REQUIRED ACTION —
Please give back, word for word, only the lines starting at the one containing "#13=CARTESIAN_POINT('',(0.,0.,-100.33));" and ending at the one containing "#37=CARTESIAN_POINT('',(0.,-10.795,0.));" within the material below.

PROVIDED MATERIAL —
──────
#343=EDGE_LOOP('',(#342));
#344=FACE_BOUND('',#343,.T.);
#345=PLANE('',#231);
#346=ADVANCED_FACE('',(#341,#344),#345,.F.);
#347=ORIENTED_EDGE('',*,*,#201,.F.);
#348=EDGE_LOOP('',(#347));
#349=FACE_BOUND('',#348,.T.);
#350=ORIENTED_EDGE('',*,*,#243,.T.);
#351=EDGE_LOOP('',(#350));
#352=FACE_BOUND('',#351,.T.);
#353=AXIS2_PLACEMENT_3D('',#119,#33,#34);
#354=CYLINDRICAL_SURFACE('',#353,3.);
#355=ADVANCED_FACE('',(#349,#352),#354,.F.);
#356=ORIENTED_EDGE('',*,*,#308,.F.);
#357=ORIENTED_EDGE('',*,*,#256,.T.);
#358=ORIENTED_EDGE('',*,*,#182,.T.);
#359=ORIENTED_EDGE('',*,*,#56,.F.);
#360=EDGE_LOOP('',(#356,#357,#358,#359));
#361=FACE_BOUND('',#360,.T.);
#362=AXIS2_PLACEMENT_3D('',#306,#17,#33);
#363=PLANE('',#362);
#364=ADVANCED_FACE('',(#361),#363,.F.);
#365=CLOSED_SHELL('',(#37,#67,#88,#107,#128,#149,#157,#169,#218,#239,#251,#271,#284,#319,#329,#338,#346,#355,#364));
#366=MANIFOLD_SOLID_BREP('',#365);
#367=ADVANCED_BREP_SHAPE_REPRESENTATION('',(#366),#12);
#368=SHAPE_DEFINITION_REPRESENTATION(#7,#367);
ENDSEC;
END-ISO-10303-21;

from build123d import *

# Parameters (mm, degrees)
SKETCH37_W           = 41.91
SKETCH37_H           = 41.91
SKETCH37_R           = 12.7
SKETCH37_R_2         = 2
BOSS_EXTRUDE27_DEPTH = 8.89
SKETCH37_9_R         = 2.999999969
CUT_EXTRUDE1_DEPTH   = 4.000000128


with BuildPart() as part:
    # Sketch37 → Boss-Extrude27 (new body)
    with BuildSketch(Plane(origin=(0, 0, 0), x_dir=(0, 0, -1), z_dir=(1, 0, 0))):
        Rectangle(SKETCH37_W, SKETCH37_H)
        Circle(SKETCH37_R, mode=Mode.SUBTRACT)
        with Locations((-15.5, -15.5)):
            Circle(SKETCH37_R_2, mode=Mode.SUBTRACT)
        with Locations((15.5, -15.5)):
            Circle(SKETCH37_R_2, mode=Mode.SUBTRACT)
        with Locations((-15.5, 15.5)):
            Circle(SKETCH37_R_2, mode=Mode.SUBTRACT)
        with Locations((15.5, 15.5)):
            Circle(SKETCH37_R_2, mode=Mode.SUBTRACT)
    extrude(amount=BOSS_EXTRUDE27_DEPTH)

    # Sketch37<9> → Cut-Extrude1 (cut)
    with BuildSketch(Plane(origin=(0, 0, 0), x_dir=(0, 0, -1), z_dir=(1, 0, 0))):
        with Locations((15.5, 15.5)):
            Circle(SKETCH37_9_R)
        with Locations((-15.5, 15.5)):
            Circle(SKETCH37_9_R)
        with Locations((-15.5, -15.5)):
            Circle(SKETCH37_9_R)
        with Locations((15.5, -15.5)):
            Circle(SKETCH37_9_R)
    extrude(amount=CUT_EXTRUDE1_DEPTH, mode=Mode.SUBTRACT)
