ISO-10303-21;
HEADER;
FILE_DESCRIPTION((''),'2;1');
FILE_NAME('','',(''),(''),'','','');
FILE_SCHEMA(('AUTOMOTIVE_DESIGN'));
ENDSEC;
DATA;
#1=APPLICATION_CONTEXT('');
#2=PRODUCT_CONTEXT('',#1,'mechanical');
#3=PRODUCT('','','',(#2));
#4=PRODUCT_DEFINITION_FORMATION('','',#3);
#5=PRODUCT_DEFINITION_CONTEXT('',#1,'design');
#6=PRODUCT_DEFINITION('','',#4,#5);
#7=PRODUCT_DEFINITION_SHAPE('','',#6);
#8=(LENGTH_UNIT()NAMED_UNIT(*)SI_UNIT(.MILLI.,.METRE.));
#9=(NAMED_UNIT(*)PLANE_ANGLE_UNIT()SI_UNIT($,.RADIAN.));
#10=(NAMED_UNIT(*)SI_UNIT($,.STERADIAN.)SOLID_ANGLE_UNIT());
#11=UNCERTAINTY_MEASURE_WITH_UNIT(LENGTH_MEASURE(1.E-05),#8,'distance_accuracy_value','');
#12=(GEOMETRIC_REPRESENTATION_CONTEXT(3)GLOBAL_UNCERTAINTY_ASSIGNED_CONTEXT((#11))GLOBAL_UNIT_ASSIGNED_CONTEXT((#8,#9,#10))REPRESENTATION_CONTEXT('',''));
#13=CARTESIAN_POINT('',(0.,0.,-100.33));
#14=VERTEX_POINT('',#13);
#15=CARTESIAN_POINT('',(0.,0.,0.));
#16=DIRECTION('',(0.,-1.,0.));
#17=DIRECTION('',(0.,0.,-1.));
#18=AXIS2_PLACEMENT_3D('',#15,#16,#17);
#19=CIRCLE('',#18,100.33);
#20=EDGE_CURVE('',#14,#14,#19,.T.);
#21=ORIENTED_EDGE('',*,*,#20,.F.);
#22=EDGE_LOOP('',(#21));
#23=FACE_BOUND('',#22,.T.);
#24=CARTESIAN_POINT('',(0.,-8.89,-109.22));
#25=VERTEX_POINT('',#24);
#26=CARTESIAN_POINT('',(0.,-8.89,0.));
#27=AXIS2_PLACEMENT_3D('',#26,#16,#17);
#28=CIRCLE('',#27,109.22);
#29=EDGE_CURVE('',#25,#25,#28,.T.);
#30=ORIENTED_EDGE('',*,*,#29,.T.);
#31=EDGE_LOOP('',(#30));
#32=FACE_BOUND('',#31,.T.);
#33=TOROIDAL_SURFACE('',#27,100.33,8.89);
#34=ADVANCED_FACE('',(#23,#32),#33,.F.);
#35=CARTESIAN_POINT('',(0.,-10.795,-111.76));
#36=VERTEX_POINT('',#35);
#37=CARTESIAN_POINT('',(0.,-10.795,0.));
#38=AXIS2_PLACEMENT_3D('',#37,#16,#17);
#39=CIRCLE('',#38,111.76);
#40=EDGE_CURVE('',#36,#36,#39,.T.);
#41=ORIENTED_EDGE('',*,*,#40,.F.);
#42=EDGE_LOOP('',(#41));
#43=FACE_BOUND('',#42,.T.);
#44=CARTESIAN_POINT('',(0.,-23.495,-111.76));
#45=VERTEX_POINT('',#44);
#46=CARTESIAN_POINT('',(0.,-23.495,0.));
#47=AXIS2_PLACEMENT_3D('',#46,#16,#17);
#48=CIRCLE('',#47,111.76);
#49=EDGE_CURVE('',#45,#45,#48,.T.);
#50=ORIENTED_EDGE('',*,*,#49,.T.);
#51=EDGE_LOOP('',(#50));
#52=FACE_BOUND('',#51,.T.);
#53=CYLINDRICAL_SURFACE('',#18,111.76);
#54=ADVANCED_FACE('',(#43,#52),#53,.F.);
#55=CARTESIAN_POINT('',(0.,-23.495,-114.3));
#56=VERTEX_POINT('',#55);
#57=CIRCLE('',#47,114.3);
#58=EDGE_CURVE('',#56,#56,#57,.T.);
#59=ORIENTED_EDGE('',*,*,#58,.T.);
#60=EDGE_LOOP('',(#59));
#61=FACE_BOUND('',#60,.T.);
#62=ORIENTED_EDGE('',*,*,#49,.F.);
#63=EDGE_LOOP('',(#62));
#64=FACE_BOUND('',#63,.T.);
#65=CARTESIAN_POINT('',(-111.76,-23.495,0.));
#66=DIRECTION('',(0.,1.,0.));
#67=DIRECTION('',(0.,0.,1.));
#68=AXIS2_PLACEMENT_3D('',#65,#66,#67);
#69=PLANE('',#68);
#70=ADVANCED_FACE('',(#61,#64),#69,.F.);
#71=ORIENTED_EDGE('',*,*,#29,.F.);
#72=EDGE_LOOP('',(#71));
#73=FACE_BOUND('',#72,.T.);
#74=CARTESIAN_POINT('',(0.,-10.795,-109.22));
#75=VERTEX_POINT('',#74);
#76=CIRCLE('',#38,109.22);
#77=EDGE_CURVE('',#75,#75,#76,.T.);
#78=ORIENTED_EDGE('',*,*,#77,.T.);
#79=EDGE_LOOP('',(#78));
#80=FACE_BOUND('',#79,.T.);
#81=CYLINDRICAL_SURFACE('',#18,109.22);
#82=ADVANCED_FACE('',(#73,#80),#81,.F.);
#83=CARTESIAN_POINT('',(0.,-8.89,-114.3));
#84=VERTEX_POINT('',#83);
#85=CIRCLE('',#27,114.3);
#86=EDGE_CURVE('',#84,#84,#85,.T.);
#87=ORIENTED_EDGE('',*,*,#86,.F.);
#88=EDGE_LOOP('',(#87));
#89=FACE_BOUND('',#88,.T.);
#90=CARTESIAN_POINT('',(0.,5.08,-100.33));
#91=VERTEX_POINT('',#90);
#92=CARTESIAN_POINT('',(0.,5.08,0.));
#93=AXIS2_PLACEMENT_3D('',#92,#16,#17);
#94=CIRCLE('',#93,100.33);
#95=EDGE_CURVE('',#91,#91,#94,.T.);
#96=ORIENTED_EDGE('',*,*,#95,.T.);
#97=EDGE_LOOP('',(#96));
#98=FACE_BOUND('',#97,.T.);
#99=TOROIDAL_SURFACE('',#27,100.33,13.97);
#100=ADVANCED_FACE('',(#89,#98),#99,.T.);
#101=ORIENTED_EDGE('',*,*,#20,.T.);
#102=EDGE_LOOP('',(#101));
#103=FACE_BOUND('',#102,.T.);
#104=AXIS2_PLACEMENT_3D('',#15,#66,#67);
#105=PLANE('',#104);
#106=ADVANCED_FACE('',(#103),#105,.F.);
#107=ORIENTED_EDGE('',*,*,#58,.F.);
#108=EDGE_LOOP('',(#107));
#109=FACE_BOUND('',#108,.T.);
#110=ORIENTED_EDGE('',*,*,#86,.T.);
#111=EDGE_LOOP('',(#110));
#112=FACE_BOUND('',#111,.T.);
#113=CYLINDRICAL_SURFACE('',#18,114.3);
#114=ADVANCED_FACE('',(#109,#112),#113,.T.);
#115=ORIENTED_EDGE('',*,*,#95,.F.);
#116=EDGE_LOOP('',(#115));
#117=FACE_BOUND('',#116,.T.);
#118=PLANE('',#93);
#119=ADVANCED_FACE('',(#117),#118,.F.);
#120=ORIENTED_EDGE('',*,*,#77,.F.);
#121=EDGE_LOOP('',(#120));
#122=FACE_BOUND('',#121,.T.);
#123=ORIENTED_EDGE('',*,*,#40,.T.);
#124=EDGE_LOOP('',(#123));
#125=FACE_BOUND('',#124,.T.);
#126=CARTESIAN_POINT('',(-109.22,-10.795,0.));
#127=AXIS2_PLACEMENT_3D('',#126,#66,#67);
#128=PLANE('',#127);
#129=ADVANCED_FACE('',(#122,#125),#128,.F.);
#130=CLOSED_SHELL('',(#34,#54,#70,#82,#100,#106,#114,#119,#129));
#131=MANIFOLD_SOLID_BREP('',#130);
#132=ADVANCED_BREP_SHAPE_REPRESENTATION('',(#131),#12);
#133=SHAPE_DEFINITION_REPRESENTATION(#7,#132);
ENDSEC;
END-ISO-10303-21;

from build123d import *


with BuildPart() as part:
    # Sketch1 → Revolve1 (revolve)
    with BuildSketch(Plane.XY, mode=Mode.PRIVATE) as revolve1_sk:
        with BuildLine():
            Line((0, 0), (-100.33, 0))
            ThreePointArc((-100.33, 0), (-106.616179285, -2.603820715), (-109.22, -8.89))
            Line((-109.22, -8.89), (-109.22, -10.795))
            Line((-109.22, -10.795), (-111.76, -10.795))
            Line((-111.76, -10.795), (-111.76, -23.495))
            Line((-111.76, -23.495), (-114.3, -23.495))
            Line((-114.3, -23.495), (-114.3, -8.89))
            ThreePointArc((-114.3, -8.89), (-110.208281733, 0.988281733), (-100.33, 5.08))
            Line((-100.33, 5.08), (0, 5.08))
            Line((0, 5.08), (0, 0))
        make_face()
    revolve(revolve1_sk.sketch.rotate(Axis((0, 0, 0), (0, 1, 0)), 270), axis=Axis((0, 0, 0), (0, 1, 0)))


solid = part.part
──────
YOUR RESPONSE —
#13=CARTESIAN_POINT('',(0.,0.,-100.33));
#14=VERTEX_POINT('',#13);
#15=CARTESIAN_POINT('',(0.,0.,0.));
#16=DIRECTION('',(0.,-1.,0.));
#17=DIRECTION('',(0.,0.,-1.));
#18=AXIS2_PLACEMENT_3D('',#15,#16,#17);
#19=CIRCLE('',#18,100.33);
#20=EDGE_CURVE('',#14,#14,#19,.T.);
#21=ORIENTED_EDGE('',*,*,#20,.F.);
#22=EDGE_LOOP('',(#21));
#23=FACE_BOUND('',#22,.T.);
#24=CARTESIAN_POINT('',(0.,-8.89,-109.22));
#25=VERTEX_POINT('',#24);
#26=CARTESIAN_POINT('',(0.,-8.89,0.));
#27=AXIS2_PLACEMENT_3D('',#26,#16,#17);
#28=CIRCLE('',#27,109.22);
#29=EDGE_CURVE('',#25,#25,#28,.T.);
#30=ORIENTED_EDGE('',*,*,#29,.T.);
#31=EDGE_LOOP('',(#30));
#32=FACE_BOUND('',#31,.T.);
#33=TOROIDAL_SURFACE('',#27,100.33,8.89);
#34=ADVANCED_FACE('',(#23,#32),#33,.F.);
#35=CARTESIAN_POINT('',(0.,-10.795,-111.76));
#36=VERTEX_POINT('',#35);
#37=CARTESIAN_POINT('',(0.,-10.795,0.));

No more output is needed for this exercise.